Modul „Incident Handling + Response Team“
Jedes Unternehmen sollte ein speziell ausgebildetes Team von Mitarbeitern haben, das sich der auftretenden Sicherheitsvorfälle annimmt. atsec unterstützt beim Aufbau eines solchen Teams, indem ein Plan der benötigten Ressourcen, sowie die notwendige Dokumentation erstellt wird. Des Weiteren bietet atsec speziell ausgerichtete Trainingskurse an, um den Team-Mitgliedern das für ihre Aufgaben notwendige Wissen zu vermitteln.
Modul „Training“
atsec bietet verschiedene Trainingskurse an, die unterschiedliche Aspekte des Bereichs „SIEM“ detailliert beleuchten. Ein Kurs behandelt detailliert das Intrusion Detection System „snort“. Ein weiterer versetzt die Teilnehmer in die Lage, die auf Open-Source-Produkten basierende SIEM-Lösung zu betreiben, die durch atsec installiert wurde. Darüber hinaus bietet atsec Kurse für Mitglieder von Incident Handling and Response Teams an. Sämtliche Kurse finden auf Wunsch an Standorten des Kunden statt. Kurse mit kleinen Teilnehmerzahlen werden auch in den Räumen von atsec in München oder Köln durchgeführt.

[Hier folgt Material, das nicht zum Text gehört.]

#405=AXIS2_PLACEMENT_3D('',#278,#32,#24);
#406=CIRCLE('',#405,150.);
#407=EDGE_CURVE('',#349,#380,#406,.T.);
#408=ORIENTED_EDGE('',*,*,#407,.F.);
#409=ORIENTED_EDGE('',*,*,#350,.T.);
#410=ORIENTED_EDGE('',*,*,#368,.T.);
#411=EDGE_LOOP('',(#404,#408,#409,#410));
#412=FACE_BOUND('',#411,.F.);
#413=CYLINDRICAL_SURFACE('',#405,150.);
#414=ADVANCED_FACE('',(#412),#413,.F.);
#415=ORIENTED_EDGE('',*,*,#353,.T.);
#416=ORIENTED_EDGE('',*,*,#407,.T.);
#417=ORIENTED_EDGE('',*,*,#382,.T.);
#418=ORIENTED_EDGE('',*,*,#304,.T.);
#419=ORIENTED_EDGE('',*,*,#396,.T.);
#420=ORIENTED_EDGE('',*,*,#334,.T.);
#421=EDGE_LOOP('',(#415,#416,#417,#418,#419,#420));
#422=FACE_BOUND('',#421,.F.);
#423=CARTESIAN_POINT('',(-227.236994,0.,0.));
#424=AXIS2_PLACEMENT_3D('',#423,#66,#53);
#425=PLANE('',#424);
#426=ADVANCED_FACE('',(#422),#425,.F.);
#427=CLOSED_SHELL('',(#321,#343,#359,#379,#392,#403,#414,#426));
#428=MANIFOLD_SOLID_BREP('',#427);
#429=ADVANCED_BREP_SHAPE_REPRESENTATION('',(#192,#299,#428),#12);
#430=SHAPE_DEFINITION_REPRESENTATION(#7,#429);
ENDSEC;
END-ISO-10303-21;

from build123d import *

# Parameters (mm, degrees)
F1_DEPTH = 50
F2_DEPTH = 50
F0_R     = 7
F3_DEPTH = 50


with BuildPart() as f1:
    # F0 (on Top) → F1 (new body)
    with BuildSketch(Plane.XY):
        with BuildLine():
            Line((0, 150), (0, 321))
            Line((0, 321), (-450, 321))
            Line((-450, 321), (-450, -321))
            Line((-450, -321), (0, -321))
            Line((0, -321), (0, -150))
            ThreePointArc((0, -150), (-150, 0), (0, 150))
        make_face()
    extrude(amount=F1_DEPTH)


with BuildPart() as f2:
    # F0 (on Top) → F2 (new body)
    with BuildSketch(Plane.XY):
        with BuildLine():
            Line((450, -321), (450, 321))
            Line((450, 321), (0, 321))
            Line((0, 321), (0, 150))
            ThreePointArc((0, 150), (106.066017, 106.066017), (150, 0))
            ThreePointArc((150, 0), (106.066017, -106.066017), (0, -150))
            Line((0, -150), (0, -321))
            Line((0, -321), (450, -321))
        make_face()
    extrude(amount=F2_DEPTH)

Warum dieser Service wichtig für Sie ist
Jede Organisation schützt ihre IT-Infrastruktur durch eine Reihe von Maßnahmen gegen die verschiedensten Angriffe. Ein absoluter Schutz gegen alle möglichen Angriffe ist aber prinzipiell nicht erreichbar. Aus diesem Grund ist es unabdingbar, den Sicherheitszustand des Netzwerks, sowie der wichtigsten Dienste unablässig zu beobachten. Ist es einem Angreifer trotz der implementierten Schutzmaßnahmen gelungen, in das Netzwerk einzudringen, kann der Schaden nur durch eine umgehende Entdeckung und Durchführung geeigneter Gegenmaßnahmen begrenzt werden. Um die Zeit zwischen dem Einbruch und dessen Entdeckung zu minimieren, muss auf einen automatisierten Ansatz zur Überwachung des aktuellen Sicherheitszustands zurückgegriffen werden.
So genannte Security Incident and Event Management (SIEM) Systeme sammeln und analysieren die Daten verschiedenster Quellen. Dies betrifft nicht nur die Daten von Sicherheitsgeräten wie Firewalls und Intrusion Detection Systemen, sondern auch die Log-Daten der wichtigsten Systeme und Dienste. Das SIEM-System analysiert und korreliert die eingehenden Daten, um dadurch höherwertige Informationen über den Gesamtzustand des Systems ableiten zu können. Im Falle eines Sicherheitsvorfalls werden die zuständigen Personen umgehend alarmiert und können adäquate Gegenmaßnahmen implementieren.